Well those other pages finally got in the SERPs and I was checking them today. And did I learn a thing or three.
First off, googlebot will crawl a page just like a user would. The variables would load and it would follow to the thumbs page and ultimately follow to the pop-up which showed the individual scrolling page. Great, it worked fine.
BUT
The links in the SERPs that go directly to the thumbs page and the links that go to the pop-up detail page that scrolls were a definite problem. You see, if you go directly to those pages and bypassed the page where you chose the category, there are no variables loaded. This gave me some pretty unexpected results. The links going to the thumbs pages would display ALL the images in the database because it was searching a null value. The links going to the individual pop-up pages was returning just the template with no title, image, name, etc. etc. etc.
I ended up redoing the whole app using post arguments instead. This way, the links in the SERPs will have the category as a post arg and the call to the database will know what to display.
So what have I learned?
It seems googlebot will act as a user and you can declare variables and whatnot. It will crawl just as a user would.

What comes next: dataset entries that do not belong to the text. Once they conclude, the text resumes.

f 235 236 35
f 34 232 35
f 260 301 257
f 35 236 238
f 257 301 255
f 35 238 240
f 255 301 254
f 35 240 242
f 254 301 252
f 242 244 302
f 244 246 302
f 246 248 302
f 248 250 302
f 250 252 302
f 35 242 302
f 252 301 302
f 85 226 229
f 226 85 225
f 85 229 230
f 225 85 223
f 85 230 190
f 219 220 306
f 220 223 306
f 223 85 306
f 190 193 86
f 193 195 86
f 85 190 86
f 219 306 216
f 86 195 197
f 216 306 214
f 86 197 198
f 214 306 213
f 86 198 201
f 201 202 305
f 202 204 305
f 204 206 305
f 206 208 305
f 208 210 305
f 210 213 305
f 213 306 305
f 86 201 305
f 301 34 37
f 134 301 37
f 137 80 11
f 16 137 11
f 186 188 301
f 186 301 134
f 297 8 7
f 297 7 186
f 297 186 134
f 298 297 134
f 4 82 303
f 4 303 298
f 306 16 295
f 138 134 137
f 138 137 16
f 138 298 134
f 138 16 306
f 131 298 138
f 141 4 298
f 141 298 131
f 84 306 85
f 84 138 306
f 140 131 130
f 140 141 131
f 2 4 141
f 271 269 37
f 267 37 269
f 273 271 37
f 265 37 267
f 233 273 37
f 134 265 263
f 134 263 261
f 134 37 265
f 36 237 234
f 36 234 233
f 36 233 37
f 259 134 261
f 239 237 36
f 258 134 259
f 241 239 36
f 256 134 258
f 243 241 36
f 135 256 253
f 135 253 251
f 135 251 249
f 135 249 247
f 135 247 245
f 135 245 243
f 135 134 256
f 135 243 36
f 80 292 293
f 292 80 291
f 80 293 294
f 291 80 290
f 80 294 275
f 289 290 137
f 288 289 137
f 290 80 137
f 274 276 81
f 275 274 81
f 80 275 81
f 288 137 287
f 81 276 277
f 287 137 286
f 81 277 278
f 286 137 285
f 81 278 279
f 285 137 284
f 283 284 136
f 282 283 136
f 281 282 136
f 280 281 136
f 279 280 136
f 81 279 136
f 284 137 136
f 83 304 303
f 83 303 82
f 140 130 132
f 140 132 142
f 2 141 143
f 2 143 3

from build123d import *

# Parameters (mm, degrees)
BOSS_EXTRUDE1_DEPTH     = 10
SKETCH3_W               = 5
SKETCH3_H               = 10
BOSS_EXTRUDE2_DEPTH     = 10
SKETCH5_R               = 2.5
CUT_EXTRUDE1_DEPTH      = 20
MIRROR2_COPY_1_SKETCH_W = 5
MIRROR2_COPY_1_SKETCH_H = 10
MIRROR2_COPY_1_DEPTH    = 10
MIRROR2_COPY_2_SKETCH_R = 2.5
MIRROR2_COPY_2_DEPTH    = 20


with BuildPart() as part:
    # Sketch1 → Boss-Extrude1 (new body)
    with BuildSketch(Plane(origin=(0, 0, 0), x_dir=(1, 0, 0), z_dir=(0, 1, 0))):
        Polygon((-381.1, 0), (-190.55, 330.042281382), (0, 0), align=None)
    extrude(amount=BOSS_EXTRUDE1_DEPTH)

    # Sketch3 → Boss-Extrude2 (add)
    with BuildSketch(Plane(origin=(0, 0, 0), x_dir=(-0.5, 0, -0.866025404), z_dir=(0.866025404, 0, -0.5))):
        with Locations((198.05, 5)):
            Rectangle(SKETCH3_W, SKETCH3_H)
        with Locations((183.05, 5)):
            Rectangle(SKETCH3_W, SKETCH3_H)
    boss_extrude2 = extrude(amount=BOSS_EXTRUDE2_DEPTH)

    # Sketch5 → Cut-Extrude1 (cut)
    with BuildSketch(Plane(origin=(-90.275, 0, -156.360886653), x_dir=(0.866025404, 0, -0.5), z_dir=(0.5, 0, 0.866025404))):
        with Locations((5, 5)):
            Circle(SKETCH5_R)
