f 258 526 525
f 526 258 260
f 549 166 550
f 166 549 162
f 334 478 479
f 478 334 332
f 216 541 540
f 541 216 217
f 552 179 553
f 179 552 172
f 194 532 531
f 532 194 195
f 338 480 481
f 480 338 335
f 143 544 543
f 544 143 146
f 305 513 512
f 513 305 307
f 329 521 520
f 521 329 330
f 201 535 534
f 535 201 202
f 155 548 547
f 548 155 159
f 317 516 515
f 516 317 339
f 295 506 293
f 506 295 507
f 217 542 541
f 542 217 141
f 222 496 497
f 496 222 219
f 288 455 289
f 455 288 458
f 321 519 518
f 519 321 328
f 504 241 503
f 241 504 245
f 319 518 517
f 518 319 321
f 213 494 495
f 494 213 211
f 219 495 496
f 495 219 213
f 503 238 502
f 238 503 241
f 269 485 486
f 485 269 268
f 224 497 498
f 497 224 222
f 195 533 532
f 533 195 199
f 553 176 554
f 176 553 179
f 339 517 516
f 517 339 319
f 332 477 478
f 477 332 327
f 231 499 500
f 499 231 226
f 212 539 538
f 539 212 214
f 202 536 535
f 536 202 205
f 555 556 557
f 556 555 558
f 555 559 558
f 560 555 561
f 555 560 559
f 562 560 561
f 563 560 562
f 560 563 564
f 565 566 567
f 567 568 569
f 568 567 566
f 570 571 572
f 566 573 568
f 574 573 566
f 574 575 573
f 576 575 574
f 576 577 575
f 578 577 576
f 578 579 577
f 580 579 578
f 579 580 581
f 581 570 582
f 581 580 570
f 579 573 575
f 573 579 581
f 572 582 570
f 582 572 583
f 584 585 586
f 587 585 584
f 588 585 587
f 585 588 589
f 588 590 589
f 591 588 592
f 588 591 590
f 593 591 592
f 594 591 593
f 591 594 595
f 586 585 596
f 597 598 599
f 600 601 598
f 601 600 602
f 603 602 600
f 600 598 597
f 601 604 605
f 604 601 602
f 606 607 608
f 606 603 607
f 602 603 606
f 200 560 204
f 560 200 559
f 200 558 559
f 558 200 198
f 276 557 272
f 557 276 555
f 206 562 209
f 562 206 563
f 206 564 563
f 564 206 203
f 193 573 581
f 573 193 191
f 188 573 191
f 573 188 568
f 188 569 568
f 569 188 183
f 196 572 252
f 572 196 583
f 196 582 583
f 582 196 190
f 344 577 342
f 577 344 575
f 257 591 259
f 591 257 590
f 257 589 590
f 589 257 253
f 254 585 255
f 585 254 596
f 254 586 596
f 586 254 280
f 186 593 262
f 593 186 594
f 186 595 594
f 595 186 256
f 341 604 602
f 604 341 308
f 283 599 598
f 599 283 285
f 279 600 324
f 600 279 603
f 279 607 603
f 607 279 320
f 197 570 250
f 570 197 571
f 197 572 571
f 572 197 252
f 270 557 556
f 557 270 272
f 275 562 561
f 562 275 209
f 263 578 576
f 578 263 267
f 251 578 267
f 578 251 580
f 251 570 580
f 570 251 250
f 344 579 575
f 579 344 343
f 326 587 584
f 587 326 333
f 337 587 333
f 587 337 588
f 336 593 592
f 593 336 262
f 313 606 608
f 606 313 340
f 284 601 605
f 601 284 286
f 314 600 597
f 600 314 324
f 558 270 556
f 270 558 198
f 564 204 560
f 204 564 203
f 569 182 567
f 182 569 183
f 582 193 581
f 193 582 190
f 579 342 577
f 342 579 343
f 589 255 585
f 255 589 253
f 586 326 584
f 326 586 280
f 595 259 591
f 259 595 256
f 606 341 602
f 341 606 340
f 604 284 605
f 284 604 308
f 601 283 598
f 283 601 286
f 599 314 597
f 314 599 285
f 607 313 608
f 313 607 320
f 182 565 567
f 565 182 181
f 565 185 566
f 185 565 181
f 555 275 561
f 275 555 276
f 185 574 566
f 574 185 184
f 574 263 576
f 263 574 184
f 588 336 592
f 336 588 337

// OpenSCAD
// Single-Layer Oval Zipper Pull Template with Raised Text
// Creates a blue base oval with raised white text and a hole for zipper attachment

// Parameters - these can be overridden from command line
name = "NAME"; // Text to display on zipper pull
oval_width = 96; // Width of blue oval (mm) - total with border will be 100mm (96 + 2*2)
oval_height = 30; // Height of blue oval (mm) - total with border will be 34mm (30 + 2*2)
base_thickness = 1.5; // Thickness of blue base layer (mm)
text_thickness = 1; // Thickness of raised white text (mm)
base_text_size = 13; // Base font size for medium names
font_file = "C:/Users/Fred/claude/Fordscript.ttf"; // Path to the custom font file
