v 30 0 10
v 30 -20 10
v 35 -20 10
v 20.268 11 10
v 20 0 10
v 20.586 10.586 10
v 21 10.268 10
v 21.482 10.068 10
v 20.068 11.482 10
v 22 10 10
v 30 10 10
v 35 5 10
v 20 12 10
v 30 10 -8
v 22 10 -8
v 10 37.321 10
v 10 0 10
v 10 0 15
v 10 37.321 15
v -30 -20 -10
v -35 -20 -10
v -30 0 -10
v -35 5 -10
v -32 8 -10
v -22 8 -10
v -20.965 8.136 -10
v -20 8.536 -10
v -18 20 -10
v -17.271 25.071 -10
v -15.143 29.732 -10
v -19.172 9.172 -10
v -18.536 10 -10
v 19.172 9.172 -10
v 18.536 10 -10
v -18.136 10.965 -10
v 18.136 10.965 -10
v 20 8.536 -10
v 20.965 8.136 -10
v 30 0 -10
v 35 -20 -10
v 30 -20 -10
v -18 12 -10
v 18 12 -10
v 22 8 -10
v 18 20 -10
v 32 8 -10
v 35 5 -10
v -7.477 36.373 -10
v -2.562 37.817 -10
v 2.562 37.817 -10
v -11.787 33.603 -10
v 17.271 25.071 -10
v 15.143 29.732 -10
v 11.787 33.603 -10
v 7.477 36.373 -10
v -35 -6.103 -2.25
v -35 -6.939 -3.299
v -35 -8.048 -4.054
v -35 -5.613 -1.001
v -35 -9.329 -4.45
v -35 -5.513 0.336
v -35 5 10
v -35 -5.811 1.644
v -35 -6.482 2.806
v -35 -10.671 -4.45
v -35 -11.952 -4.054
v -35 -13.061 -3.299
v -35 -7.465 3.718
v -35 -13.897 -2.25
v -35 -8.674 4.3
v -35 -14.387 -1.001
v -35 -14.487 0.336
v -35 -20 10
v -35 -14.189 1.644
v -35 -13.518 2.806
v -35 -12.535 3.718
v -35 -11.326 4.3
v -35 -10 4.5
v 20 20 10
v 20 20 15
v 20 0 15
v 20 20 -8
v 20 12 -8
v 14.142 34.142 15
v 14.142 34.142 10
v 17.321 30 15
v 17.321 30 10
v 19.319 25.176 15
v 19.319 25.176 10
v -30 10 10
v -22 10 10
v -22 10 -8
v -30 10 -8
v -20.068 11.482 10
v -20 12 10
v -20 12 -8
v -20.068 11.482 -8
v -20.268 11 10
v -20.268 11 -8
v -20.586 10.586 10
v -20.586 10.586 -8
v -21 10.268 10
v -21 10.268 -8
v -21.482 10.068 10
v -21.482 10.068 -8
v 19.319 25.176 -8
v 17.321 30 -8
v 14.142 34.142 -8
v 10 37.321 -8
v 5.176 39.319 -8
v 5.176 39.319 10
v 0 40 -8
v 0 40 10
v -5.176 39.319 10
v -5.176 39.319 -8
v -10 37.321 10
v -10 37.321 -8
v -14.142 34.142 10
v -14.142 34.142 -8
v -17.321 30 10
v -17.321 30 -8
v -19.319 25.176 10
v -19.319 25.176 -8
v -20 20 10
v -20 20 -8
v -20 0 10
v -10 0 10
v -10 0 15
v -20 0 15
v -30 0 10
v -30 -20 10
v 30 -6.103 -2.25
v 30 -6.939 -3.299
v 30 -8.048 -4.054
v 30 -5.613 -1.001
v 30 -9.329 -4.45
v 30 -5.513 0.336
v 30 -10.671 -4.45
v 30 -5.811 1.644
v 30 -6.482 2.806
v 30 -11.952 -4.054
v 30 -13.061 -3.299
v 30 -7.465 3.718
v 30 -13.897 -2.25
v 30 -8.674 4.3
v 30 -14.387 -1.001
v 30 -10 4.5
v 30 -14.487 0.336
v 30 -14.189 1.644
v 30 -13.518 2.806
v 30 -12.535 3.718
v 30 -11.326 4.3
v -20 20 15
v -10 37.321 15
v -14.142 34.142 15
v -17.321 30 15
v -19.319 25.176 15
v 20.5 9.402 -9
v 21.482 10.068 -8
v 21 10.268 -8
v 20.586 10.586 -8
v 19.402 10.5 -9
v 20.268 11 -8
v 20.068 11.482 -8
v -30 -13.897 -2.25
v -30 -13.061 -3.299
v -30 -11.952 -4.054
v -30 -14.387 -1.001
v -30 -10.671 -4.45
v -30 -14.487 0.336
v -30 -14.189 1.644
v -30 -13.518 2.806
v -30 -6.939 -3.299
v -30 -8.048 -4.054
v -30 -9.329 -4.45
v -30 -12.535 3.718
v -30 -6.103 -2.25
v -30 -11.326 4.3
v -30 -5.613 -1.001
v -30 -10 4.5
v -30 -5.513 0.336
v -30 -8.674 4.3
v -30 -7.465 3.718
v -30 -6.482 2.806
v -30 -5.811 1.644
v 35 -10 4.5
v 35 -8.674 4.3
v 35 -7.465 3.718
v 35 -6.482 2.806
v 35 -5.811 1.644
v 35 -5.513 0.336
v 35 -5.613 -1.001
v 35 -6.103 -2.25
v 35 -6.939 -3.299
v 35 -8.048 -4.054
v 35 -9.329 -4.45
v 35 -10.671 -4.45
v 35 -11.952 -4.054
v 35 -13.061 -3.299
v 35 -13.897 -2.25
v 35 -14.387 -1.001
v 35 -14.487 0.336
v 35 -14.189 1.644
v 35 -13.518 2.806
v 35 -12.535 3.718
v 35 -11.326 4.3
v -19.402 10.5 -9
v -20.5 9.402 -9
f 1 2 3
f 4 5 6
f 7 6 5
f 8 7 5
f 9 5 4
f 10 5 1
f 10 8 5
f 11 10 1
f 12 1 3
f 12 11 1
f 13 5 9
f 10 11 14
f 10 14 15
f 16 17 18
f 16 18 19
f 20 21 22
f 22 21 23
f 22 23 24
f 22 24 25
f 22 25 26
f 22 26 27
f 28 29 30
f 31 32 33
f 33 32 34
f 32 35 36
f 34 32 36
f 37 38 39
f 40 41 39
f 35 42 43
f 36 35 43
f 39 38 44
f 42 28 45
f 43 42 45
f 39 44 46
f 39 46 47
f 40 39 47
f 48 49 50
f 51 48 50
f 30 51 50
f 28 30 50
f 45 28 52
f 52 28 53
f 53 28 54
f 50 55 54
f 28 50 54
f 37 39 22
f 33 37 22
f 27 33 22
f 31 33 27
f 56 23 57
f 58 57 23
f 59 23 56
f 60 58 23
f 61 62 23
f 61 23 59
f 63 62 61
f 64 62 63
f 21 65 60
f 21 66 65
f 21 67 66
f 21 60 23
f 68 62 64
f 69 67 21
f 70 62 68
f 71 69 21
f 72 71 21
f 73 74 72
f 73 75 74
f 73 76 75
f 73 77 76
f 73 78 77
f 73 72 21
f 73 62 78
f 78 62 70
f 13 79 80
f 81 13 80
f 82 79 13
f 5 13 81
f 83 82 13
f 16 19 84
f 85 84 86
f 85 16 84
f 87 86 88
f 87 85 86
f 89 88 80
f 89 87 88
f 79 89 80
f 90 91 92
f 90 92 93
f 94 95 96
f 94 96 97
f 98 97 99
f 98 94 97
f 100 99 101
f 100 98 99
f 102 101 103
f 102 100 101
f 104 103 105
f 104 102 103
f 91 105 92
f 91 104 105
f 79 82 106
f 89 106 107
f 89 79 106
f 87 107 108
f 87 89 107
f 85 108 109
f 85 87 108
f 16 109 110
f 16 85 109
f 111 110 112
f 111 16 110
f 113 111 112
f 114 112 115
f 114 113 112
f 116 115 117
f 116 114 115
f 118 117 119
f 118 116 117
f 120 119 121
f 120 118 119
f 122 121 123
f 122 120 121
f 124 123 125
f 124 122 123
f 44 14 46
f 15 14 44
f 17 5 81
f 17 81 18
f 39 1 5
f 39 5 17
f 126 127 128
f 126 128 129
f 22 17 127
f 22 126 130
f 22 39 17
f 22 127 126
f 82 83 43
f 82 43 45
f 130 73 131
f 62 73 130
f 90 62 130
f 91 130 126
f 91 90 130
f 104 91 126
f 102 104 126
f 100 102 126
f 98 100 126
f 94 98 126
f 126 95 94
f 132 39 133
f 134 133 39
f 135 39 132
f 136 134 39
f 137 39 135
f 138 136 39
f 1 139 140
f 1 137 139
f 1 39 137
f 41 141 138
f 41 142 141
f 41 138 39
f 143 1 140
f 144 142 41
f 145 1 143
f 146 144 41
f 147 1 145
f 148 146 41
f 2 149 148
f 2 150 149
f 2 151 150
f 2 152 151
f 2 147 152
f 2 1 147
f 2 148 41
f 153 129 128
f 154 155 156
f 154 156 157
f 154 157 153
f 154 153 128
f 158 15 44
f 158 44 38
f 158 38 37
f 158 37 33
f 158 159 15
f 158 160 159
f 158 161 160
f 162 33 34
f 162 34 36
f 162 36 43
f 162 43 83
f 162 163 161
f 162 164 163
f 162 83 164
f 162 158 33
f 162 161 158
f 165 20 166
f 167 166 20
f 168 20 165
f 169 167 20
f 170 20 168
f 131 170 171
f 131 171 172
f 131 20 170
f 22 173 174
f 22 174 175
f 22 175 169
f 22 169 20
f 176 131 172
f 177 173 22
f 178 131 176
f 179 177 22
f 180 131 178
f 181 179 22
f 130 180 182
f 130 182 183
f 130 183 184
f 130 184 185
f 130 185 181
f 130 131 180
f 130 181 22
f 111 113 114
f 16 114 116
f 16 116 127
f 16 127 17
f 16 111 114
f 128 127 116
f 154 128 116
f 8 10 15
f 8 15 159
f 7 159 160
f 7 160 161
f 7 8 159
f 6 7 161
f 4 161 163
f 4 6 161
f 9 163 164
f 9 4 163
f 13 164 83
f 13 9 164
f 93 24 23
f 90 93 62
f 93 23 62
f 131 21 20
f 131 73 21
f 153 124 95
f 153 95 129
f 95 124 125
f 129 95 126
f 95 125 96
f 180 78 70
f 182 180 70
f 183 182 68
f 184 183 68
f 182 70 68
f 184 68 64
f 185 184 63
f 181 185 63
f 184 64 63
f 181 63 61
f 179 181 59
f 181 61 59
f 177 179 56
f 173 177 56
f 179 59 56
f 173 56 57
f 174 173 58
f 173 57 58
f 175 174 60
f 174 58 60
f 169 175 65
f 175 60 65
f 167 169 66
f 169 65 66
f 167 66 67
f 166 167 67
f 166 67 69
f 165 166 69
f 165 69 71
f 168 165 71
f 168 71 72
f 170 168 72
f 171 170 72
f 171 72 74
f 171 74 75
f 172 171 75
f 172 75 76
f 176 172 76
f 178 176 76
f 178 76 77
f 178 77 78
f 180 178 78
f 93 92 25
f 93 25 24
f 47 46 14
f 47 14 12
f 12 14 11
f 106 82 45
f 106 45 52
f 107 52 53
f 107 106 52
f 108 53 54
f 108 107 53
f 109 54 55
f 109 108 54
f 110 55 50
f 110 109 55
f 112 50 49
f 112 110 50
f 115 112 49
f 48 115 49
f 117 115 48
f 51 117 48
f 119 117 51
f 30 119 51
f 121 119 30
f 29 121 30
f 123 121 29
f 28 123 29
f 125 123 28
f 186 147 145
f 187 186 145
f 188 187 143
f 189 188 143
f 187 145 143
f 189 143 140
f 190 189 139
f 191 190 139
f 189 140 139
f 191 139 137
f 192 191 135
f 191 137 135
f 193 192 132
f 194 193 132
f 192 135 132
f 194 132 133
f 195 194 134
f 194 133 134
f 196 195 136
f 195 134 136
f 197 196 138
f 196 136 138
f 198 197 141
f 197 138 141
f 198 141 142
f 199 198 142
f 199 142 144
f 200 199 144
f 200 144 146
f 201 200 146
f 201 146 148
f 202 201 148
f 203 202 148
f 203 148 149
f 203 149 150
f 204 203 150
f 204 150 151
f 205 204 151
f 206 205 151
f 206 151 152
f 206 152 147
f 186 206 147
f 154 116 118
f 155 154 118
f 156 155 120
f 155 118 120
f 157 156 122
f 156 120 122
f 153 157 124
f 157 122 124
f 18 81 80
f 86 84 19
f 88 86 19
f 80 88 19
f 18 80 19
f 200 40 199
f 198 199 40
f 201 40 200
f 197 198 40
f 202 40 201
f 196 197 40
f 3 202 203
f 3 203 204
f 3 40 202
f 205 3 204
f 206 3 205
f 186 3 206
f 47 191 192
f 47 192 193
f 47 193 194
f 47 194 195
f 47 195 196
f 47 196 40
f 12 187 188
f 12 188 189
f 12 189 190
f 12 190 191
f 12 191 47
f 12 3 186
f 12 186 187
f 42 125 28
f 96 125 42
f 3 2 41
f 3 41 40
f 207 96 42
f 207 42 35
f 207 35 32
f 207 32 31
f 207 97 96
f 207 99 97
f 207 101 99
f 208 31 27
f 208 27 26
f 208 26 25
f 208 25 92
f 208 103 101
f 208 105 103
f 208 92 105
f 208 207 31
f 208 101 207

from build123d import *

# Parameters (mm, degrees)
EXTRUDE_1_DEPTH     = 10
SKETCH_2_R          = 4.5
CUT_EXTRUDE_1_DEPTH = 71
CHAMFER_3_SIZE      = 5
FILLET_2_R          = 2
CHAMFER_5_SIZE      = 2
EXTRUDE_2_DEPTH     = 5


with BuildPart() as part:
    # 草图1 → 凸台-拉伸1 (new body, symmetric)
    with BuildSketch(Plane.XY):
        with BuildLine():
            Line((-30, 0), (30, 0))
            Line((30, 0), (30, -20))
            Line((30, -20), (35, -20))
            Line((35, -20), (35, 10))
            Line((35, 10), (20, 10))
            Line((20, 10), (20, 20))
            ThreePointArc((20, 20), (0, 40), (-20, 20))
            Line((-20, 20), (-20, 10))
            Line((-20, 10), (-35, 10))
            Line((-35, 10), (-35, -20))
            Line((-35, -20), (-30, -20))
            Line((-30, -20), (-30, 0))
        make_face()
    extrude(amount=EXTRUDE_1_DEPTH, both=True)

    # 草图2 → 切除-拉伸1 (cut, through all)
    with BuildSketch(Plane.ZY.offset(35)):
        with Locations((0, -10)):
            Circle(SKETCH_2_R)
    extrude(amount=-CUT_EXTRUDE_1_DEPTH, mode=Mode.SUBTRACT)

    # 倒角3
    chamfer_3_edges = [part.edges().sort_by_distance(p)[0] for p in [
        (35, 10, 0),
        (-35, 10, 0),
    ]]
    chamfer(chamfer_3_edges, length=CHAMFER_3_SIZE)

    # 圆角2
    fillet_2_edges = [part.edges().sort_by_distance(p)[0] for p in [
        (-20, 10, 0),
        (20, 10, 0),
    ]]
    fillet(fillet_2_edges, radius=FILLET_2_R)

    # 倒角5
    chamfer_5_edges = [part.edges().sort_by_distance(p)[0] for p in [
        (-20, 16, -10),
        (0, 40, -10),
        (26, 10, -10),
        (-26, 10, -10),
        (20, 16, -10),
        (-20.585786438, 10.585786438, -10),
        (20.585786438, 10.585786438, -10),
    ]]
    chamfer(chamfer_5_edges, length=CHAMFER_5_SIZE)

    # 草图3 → 凸台-拉伸2 (add)
    with BuildSketch(Plane.XY.offset(10)):
        with BuildLine():
            Line((20, 0), (10, 0))
            Line((10, 0), (10, 37.320508076))
            ThreePointArc((10, 37.320508076), (17.320508076, 30), (20, 20))
            Line((20, 20), (20, 0))
        make_face()
        with BuildLine():
            Line((-10, 0), (-10, 37.320508076))
            ThreePointArc((-10, 37.320508076), (-17.320508076, 30), (-20, 20))
            Line((-20, 20), (-20, 0))
            Line((-20, 0), (-10, 0))
        make_face()
    extrude(amount=EXTRUDE_2_DEPTH)


solid = part.part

But if you are building an APP that relies heavily on variables, there is no way the links will work correctly in the SERPs.
As Holmes would say, "That's elementary, my dear Watson." But I learned this the hard way and decided I would share this so others don't go down the same path as me. Now I am going to have to go through all my apps to make sure there isn't other stuff I inadvertently screwed up by using this method.
Anyway, not sure if this has been mentioned, but decided to share.
Yes, very instructive.
It's important that however you get to a page, even directly from an SE, that the page works, even with unexpected flow.
So at least have your variables default to sensible things and test your pages with cookies turned off so that variables can't be held, etc, etc.
Thanks for sharing!
Rgds
DamonHD
It seems googlebot will act as a user and you can declare variables and whatnot.
You've used the terms "variables" and "arrays", but you don't specify exactly what you mean by that. Your variables may exist in you programming language's context but they wont exist in an HTTP context. You need to use some kind of HTTP mechanism to maintain state.
I can assure you that Googlebot does not act "as [an other] user would". Googlebot does not accept cookies or provide HTTP_REFERER information, nor does it make POST requests.
How exactly are you maintaining state and passing variables between your pages?
I suspect your fuindamental problem is not the use of variables and arrays, but more the web development platform you are using, it sounds to me as if it is distancing you from what's actually happening on your web server. You have tried to write a web site in the same way as you would write a desktop application, and that just isn't going to work. You need to learn how HTTP works as well as how your programming environment works.
A good test for any site, is to disable cookies, disable HTTP_REFERER and disable client side scripting in you web browser and then have a go at browsing your site. If you can't browse it properly, then its unlikely that a web spider will be able to either.
As soon as the information was published about Google and Yahoo and those two flags, I put them on a bunch of pages.
Both search engines are happily spidering those pages.
I finally put in a check for the user agent and send them a 401. Ghezsh!